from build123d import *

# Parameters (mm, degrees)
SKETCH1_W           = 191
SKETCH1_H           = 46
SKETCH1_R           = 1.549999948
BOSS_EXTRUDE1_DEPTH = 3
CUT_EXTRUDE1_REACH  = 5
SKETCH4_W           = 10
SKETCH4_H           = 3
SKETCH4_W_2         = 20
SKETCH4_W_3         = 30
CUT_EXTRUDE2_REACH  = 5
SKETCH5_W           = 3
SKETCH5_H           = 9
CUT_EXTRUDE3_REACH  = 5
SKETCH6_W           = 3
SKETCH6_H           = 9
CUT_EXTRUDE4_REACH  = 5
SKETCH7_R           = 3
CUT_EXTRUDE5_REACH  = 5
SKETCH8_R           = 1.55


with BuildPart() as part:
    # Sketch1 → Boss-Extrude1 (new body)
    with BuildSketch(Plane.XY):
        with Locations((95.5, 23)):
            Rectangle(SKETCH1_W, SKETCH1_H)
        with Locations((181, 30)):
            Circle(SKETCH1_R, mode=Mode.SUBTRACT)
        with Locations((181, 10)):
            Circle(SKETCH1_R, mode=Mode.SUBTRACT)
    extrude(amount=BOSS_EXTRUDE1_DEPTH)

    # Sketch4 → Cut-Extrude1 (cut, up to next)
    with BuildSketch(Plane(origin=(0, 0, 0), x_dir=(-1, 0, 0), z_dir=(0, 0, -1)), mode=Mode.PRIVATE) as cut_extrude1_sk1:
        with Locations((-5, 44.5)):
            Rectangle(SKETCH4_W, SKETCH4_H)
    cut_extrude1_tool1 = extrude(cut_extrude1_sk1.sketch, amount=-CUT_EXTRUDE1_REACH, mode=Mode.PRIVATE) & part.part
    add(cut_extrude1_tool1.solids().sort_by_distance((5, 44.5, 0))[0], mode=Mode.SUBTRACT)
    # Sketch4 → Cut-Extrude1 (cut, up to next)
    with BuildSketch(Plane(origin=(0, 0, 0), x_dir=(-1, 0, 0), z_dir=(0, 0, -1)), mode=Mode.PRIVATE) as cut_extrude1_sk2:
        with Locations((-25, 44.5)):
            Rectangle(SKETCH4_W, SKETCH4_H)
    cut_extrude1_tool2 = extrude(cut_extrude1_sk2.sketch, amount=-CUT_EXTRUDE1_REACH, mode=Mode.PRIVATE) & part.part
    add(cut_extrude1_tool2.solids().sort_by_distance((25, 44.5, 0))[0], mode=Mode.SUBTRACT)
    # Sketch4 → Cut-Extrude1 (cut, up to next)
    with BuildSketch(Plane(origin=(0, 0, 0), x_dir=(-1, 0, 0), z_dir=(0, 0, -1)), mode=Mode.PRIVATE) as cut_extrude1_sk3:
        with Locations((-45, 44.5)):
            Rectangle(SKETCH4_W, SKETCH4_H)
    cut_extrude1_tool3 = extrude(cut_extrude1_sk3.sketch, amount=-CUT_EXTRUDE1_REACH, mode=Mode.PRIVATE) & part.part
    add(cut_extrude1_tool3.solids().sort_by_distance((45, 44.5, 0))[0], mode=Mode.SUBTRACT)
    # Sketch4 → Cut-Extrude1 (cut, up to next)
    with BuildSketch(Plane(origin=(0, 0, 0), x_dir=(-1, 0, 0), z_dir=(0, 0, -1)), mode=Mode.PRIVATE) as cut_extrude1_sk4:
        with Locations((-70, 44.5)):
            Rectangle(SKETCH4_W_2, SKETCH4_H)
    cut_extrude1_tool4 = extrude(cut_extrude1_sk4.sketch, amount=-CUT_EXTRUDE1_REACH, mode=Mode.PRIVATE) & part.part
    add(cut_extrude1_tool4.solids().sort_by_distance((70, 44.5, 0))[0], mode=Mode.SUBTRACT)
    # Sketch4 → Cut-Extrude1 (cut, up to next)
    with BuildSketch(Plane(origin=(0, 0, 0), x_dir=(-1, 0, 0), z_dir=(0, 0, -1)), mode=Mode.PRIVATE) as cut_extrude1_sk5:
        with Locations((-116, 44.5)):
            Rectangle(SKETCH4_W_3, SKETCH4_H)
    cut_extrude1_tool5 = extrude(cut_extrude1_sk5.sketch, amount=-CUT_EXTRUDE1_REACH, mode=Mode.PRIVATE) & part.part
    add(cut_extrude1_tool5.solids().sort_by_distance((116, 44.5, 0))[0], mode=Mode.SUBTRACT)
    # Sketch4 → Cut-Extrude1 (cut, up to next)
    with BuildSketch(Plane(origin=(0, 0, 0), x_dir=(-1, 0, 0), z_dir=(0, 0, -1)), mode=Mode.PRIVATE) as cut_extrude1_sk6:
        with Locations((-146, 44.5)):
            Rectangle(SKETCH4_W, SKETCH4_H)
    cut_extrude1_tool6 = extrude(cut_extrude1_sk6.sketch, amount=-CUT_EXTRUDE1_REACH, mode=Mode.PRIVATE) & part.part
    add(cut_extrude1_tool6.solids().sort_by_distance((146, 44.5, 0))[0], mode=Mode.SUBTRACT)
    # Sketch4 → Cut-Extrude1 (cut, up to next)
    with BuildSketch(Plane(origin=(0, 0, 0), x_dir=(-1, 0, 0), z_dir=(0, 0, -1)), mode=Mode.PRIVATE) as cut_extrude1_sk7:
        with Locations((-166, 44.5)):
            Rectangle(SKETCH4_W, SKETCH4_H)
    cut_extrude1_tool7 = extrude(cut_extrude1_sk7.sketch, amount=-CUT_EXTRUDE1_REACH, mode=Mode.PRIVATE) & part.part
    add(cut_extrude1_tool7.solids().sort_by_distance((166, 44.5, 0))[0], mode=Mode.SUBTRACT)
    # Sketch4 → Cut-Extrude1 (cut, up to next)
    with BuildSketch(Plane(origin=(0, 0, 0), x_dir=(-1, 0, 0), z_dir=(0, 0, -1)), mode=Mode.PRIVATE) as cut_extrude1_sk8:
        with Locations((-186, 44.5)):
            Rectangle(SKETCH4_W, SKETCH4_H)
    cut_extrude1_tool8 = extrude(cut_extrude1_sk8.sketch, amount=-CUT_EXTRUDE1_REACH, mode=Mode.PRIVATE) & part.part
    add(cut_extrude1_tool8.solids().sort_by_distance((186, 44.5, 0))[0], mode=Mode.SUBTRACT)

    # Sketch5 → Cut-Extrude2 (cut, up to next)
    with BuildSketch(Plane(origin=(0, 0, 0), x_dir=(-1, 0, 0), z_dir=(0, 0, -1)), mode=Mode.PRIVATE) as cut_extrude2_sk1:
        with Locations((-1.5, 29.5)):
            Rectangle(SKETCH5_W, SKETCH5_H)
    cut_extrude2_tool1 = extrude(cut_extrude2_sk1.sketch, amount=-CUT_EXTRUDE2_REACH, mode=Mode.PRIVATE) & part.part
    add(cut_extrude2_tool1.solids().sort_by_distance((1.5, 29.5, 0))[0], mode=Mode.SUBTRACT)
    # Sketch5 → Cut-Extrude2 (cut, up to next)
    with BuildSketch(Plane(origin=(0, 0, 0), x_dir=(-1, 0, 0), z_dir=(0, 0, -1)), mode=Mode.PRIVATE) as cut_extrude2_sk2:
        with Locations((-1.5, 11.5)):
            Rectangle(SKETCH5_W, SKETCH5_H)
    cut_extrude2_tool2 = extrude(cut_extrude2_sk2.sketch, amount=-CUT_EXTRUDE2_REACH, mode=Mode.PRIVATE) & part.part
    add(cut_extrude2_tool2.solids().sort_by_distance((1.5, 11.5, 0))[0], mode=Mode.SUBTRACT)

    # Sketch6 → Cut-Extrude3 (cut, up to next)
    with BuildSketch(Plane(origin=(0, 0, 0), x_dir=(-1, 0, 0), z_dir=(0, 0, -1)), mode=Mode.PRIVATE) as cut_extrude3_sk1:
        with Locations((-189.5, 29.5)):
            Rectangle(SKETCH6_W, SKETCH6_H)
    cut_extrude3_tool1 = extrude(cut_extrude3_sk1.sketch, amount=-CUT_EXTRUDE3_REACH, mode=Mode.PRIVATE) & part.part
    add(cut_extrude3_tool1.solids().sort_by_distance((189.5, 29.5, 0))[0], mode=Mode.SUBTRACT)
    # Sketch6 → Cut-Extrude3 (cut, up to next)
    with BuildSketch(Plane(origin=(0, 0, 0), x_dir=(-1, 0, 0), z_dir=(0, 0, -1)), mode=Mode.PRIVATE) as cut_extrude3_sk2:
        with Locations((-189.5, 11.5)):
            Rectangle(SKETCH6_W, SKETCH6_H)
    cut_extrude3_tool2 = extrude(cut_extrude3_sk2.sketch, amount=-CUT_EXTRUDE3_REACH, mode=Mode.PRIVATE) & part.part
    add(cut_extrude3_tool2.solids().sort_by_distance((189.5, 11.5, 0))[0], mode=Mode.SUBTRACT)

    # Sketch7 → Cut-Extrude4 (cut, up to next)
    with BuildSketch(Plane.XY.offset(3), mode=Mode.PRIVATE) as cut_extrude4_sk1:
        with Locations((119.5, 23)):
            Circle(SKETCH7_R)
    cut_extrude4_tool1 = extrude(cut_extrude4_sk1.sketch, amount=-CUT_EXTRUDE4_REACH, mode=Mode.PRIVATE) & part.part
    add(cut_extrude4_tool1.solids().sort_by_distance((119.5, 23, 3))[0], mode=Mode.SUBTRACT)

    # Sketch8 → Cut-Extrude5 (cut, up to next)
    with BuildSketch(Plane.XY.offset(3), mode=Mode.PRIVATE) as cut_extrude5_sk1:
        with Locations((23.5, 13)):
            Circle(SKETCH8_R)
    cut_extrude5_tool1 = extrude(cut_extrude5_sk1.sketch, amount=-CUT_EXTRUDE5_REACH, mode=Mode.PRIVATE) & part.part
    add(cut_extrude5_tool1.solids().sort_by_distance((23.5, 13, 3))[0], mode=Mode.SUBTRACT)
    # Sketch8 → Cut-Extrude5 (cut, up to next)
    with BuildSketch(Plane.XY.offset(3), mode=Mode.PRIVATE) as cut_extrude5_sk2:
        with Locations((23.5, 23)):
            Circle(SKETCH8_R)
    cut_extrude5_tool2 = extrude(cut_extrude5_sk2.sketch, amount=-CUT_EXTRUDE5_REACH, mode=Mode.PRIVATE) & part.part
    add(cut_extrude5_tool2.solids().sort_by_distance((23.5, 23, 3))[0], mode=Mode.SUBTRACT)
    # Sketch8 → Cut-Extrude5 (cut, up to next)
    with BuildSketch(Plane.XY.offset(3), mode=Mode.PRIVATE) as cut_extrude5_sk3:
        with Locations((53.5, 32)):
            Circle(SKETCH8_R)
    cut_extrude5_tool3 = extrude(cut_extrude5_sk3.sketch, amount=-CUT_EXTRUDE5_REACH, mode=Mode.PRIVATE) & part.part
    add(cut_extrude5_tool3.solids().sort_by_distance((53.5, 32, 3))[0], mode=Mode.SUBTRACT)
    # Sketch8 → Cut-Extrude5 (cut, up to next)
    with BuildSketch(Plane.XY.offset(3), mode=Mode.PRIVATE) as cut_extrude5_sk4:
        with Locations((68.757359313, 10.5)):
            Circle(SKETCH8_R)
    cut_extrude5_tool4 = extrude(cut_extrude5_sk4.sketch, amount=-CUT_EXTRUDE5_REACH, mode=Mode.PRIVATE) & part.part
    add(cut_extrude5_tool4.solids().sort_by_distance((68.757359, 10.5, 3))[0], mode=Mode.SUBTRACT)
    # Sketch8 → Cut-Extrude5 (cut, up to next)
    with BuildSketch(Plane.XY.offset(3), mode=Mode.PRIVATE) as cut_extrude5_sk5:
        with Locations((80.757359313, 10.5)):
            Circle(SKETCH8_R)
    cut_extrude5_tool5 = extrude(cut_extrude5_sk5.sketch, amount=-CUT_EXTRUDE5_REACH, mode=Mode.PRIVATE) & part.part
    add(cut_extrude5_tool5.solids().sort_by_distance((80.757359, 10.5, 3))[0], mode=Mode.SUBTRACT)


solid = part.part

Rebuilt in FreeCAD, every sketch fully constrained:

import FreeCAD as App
import Part
import Sketcher
Q = App.Units.Quantity


def add_polygon(sketch, points):
    """Adds a closed chain of lines whose ends are joined by coincident constraints."""
    first, n = sketch.GeometryCount, len(points)
    for a, b in zip(points, points[1:] + points[:1]):
        sketch.addGeometry(Part.LineSegment(App.Vector(*a, 0), App.Vector(*b, 0)), False)
    for i in range(n):
        sketch.addConstraint(Sketcher.Constraint("Coincident", first + i, 2, first + (i + 1) % n, 1))

doc = App.newDocument("Part")
body = doc.addObject("PartDesign::Body", "Body")

sketch1 = body.newObject("Sketcher::SketchObject", "Sketch")
sketch1.AttachmentSupport = (doc.getObject("XY_Plane"), [""])
sketch1.MapMode = "FlatFace"
add_polygon(sketch1, [(0, 46), (0, 0), (191, 0), (191, 46)])
sketch1.addGeometry(Part.Circle(App.Vector(181, 10, 0), App.Vector(0, 0, 1), 1.5), False)
sketch1.addGeometry(Part.Circle(App.Vector(181, 30, 0), App.Vector(0, 0, 1), 1.5), False)
sketch1.addConstraint([
    Sketcher.Constraint("Vertical", 0),
    Sketcher.Constraint("Horizontal", 1),
    Sketcher.Constraint("Vertical", 2),
    Sketcher.Constraint("Horizontal", 3),
    Sketcher.Constraint("Coincident", 0, 2, -1, 1),
    Sketcher.Constraint("Equal", 4, 5),
    Sketcher.Constraint("Vertical", 4, 3, 5, 3),
    Sketcher.Constraint("Diameter", 4, Q("3.1 mm")),
    Sketcher.Constraint("DistanceX", 1, 1, 1, 2, Q("191 mm")),
    Sketcher.Constraint("DistanceY", 0, 2, 0, 1, Q("46 mm")),
    Sketcher.Constraint("DistanceX", -1, 1, 4, 3, Q("181 mm")),
    Sketcher.Constraint("DistanceY", -1, 1, 4, 3, Q("10 mm")),
    Sketcher.Constraint("DistanceY", -1, 1, 5, 3, Q("30 mm")),
])
pad1 = body.newObject("PartDesign::Pad", "Pad")
pad1.Profile = sketch1
pad1.Length = 3

sketch2 = body.newObject("Sketcher::SketchObject", "Sketch001")
sketch2.AttachmentSupport = (doc.getObject("XY_Plane"), [""])
sketch2.MapMode = "FlatFace"
add_polygon(sketch2, [(10, 46), (10, 43), (0, 43), (0, 46)])
sketch2.addConstraint([
    Sketcher.Constraint("Vertical", 0),
    Sketcher.Constraint("Horizontal", 1),
    Sketcher.Constraint("Vertical", 2),
    Sketcher.Constraint("Horizontal", 3),
    Sketcher.Constraint("PointOnObject", 1, 2, -2),
    Sketcher.Constraint("DistanceX", 1, 2, 1, 1, Q("10 mm")),
    Sketcher.Constraint("DistanceY", 0, 2, 0, 1, Q("3 mm")),
    Sketcher.Constraint("DistanceY", -1, 1, 0, 2, Q("43 mm")),
])
pocket1 = body.newObject("PartDesign::Pocket", "Pocket")
pocket1.Profile = sketch2
pocket1.Type = "UpToFirst"
pocket1.Reversed = True

sketch3 = body.newObject("Sketcher::SketchObject", "Sketch002")
sketch3.AttachmentSupport = (doc.getObject("XY_Plane"), [""])
sketch3.MapMode = "FlatFace"
add_polygon(sketch3, [(30, 46), (30, 43), (20, 43), (20, 46)])
sketch3.addConstraint([
    Sketcher.Constraint("Vertical", 0),
    Sketcher.Constraint("Horizontal", 1),
    Sketcher.Constraint("Vertical", 2),
    Sketcher.Constraint("Horizontal", 3),
    Sketcher.Constraint("DistanceX", 1, 2, 1, 1, Q("10 mm")),
    Sketcher.Constraint("DistanceY", 0, 2, 0, 1, Q("3 mm")),
    Sketcher.Constraint("DistanceX", -1, 1, 0, 2, Q("30 mm")),
    Sketcher.Constraint("DistanceY", -1, 1, 0, 2, Q("43 mm")),
])
pocket2 = body.newObject("PartDesign::Pocket", "Pocket001")
pocket2.Profile = sketch3
pocket2.Type = "UpToFirst"
pocket2.Reversed = True

sketch4 = body.newObject("Sketcher::SketchObject", "Sketch003")
sketch4.AttachmentSupport = (doc.getObject("XY_Plane"), [""])
sketch4.MapMode = "FlatFace"
add_polygon(sketch4, [(50, 46), (50, 43), (40, 43), (40, 46)])
sketch4.addConstraint([
    Sketcher.Constraint("Vertical", 0),
    Sketcher.Constraint("Horizontal", 1),
    Sketcher.Constraint("Vertical", 2),
    Sketcher.Constraint("Horizontal", 3),
    Sketcher.Constraint("DistanceX", 1, 2, 1, 1, Q("10 mm")),
    Sketcher.Constraint("DistanceY", 0, 2, 0, 1, Q("3 mm")),
    Sketcher.Constraint("DistanceX", -1, 1, 0, 2, Q("50 mm")),
    Sketcher.Constraint("DistanceY", -1, 1, 0, 2, Q("43 mm")),
])
pocket3 = body.newObject("PartDesign::Pocket", "Pocket002")
pocket3.Profile = sketch4
pocket3.Type = "UpToFirst"
pocket3.Reversed = True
──────
ACTION ITEM:
Look for the word "offset" in the listing above, and copy every line where you find it.

SOLUTION TO THE EXERCISE:
    with BuildSketch(Plane.XY.offset(3), mode=Mode.PRIVATE) as cut_extrude4_sk1:
    with BuildSketch(Plane.XY.offset(3), mode=Mode.PRIVATE) as cut_extrude5_sk1:
    with BuildSketch(Plane.XY.offset(3), mode=Mode.PRIVATE) as cut_extrude5_sk2:
    with BuildSketch(Plane.XY.offset(3), mode=Mode.PRIVATE) as cut_extrude5_sk3:
    with BuildSketch(Plane.XY.offset(3), mode=Mode.PRIVATE) as cut_extrude5_sk4:
    with BuildSketch(Plane.XY.offset(3), mode=Mode.PRIVATE) as cut_extrude5_sk5:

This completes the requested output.